Discovery and publication
The existence of the epic of Digenes Akritas remained unknown prior to the second half of the 19th century when most of the manuscripts were discovered and published. Until then, the hero – variously referred to as Digenes, Constantine, or Giannis – was only known through the songs and ballads of the Acritic Cycle that had been preserved in the oral tradition of the Greek-speaking world and had been collected and published around the same time. The first manuscript of the epic was discovered in 1868 at the Sumela Monastery of Trebizond and it was first published in 1875. It was soon followed by the Andros manuscript which was discovered in 1878 and published in 1881. A rhymed version from the Lincoln College of Oxford was published in 1880; the version had the advantage of being signed by its writer, a monk from Chios by the name Ignatios Petritzes, in 1670. The oldest surviving manuscript was found in the Greek monastery of Grottaferrata, near Frascati, in 1879 and it was published in 1892. A prose version written by Meletios Vlastos of Chios in 1632 was discovered in Andros in 1898 and it wasn't published until 1928. The incomplete Madrid version, published in 1912, was discovered in the Escorial library of Spain in 1904.Overview
Acritic cycle
The names 'Digenis' or 'Akritas' have long been widespread throughout the Greek-speaking world representing heroes of folk-songs that are particularly popular in Crete, Cyprus, and Asia Minor. Before the discovery of the manuscripts, the protagonist of the epic was only known through the Acritic songs; narrative vernacular songs or ballads typically in political verse that originated from the Byzantine period and reflected episodes and characters associated with the epic-romance of Digenes Akritas. Collected primarily from 19th century oral sources, the best of those songs were found on the fringes of Asia Minor, like Pontus, and Cyprus. In the acritic tradition, the warriors are presented as paragons of elegance and nobility ; they reside in luxurious houses typically on the edges of the Christian world, and sometimes bear names of the Byzantine aristocracy.The Byzantine acritic songs represented the remnants of an ancient epic tradition that appears to predate the epic of Digenes itself. The songs have been subjected to the transformation of up to a thousand years old oral transmission making the identification of historical events and individuals only presumptive. The similarities between the songs and the epic are likely to have arisen as both drew inspiration from a common pool of folk material. Those songs that appear closer to the surviving versions of the epic are more likely to have been influenced by it. The acritic saga appears to loosely draw on four bodies of Greek myth; Heracles, the Argonauts, Thebes, and Troy. The fusion of folklore with Christian tradition is also a typical motif in the works of the acritic cycle. Some recurrent elements include the exploits of particularly endowed warriors, or a speaking bird usually bringing about the desired closure to a troubling story. Fine examples of the Acritic songs that feature prominent Anatolian elements include The Song of Armouris, The Son of Andronikos, Porphyris, The Bridge of Arta, and more.

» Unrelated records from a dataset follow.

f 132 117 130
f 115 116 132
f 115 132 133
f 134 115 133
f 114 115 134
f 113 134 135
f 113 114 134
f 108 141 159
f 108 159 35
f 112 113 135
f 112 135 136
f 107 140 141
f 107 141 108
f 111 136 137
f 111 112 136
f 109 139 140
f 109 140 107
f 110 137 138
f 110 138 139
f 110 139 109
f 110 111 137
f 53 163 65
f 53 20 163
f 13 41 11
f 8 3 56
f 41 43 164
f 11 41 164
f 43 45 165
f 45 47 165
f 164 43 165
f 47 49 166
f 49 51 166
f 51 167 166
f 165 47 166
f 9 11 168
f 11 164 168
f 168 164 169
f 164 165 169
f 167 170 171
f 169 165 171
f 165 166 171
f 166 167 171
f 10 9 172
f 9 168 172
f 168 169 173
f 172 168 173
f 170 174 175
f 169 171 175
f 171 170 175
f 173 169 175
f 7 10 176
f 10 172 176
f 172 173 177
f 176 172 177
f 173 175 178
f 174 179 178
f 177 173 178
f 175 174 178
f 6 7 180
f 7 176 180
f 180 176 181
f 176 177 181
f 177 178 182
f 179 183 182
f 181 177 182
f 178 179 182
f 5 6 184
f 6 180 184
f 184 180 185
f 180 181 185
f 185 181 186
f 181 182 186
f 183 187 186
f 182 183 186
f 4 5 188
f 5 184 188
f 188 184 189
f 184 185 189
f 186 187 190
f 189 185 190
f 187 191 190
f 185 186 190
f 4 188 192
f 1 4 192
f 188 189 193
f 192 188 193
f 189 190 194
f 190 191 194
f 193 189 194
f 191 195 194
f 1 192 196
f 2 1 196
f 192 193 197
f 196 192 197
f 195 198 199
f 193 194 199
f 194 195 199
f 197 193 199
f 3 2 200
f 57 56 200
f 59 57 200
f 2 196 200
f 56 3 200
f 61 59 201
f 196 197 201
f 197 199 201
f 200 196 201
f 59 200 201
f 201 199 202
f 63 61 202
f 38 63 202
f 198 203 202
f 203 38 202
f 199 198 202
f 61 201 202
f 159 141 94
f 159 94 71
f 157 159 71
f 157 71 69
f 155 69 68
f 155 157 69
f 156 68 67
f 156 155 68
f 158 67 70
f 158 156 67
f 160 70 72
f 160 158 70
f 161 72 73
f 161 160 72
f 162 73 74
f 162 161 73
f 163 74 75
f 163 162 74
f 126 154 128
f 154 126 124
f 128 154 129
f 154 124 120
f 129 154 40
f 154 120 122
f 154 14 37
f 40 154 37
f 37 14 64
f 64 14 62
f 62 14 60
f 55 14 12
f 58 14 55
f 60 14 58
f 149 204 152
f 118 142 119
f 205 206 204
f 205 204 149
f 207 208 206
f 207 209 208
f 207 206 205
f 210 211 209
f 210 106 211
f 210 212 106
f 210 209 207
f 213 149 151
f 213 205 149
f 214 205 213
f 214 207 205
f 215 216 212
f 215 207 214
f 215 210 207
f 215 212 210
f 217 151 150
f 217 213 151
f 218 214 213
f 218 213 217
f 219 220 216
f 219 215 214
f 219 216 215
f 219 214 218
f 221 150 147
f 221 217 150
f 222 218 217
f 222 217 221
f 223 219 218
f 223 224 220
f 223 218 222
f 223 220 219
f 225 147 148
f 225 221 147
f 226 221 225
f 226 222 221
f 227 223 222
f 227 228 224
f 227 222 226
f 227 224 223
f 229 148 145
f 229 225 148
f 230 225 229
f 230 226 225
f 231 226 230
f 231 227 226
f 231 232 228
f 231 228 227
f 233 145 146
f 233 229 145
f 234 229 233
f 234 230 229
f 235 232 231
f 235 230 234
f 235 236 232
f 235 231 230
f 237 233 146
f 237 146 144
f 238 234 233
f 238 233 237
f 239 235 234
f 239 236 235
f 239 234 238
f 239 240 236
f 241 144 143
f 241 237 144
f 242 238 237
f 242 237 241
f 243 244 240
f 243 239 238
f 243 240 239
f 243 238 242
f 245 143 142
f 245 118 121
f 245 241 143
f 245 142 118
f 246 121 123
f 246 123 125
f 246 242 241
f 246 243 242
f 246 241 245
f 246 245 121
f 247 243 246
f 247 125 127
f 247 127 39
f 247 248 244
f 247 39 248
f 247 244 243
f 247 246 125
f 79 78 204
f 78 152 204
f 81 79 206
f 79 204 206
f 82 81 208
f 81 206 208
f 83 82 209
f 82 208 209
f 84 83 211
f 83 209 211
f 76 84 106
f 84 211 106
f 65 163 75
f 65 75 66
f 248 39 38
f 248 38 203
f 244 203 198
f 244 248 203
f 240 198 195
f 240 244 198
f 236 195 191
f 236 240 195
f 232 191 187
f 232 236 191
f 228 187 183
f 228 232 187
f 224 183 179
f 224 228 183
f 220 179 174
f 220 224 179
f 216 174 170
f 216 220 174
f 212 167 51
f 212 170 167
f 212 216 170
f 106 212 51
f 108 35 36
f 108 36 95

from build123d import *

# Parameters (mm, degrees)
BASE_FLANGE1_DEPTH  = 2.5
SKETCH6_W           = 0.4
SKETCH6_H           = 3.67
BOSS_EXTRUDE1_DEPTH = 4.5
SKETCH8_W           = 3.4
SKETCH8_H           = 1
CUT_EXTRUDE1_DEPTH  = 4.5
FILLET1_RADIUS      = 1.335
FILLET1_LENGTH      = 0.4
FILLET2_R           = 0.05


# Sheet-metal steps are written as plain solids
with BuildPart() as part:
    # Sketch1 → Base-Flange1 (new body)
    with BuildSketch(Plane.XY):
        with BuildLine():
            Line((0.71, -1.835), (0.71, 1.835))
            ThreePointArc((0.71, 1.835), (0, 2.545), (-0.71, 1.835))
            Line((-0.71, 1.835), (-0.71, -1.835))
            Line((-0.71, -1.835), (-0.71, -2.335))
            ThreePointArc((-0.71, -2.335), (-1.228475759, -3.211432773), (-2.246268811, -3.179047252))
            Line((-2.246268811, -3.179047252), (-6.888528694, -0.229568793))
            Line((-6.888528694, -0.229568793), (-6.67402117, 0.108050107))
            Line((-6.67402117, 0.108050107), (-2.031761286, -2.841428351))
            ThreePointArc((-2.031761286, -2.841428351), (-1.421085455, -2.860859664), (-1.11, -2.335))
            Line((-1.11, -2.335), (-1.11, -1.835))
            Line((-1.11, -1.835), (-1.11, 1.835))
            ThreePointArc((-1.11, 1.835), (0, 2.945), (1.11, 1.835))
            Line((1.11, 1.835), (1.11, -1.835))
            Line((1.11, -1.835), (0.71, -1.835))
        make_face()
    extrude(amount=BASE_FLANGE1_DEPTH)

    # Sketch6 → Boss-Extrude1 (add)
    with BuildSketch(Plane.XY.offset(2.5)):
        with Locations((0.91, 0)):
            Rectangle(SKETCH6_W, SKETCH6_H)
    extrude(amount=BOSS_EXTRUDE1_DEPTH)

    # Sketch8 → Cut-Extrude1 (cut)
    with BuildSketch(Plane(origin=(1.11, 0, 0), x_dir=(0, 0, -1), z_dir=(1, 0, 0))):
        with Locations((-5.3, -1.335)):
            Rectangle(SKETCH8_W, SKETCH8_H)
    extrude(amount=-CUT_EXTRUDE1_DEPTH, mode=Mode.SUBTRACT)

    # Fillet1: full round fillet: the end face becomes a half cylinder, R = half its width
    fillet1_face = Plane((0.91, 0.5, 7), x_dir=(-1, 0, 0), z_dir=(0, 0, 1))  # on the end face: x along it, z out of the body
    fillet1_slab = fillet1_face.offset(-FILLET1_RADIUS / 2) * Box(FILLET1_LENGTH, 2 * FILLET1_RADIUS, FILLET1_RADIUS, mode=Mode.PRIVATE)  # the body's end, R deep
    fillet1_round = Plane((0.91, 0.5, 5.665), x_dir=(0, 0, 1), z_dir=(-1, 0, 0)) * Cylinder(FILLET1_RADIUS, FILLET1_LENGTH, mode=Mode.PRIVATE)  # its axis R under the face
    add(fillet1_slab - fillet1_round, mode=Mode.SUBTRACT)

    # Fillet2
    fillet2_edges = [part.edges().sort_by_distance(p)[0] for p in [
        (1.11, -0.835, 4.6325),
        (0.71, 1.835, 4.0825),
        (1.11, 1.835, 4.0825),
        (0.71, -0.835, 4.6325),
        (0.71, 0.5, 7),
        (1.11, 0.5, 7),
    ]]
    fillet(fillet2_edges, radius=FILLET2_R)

The most famous episodes of Digenes' life that appear in the acritic songs include the abduction of his future bride, the building of his house, his encounter with the beast, and his death. The hero's dramatic battle with Charon, an element that features prominently in the acritic songs, does not occur earlier in the epic. Politis has interpreted this theme as a symbol of the struggle between the Christian Greek population and its Muslim masters during the Turkish conquests of Byzantines lands.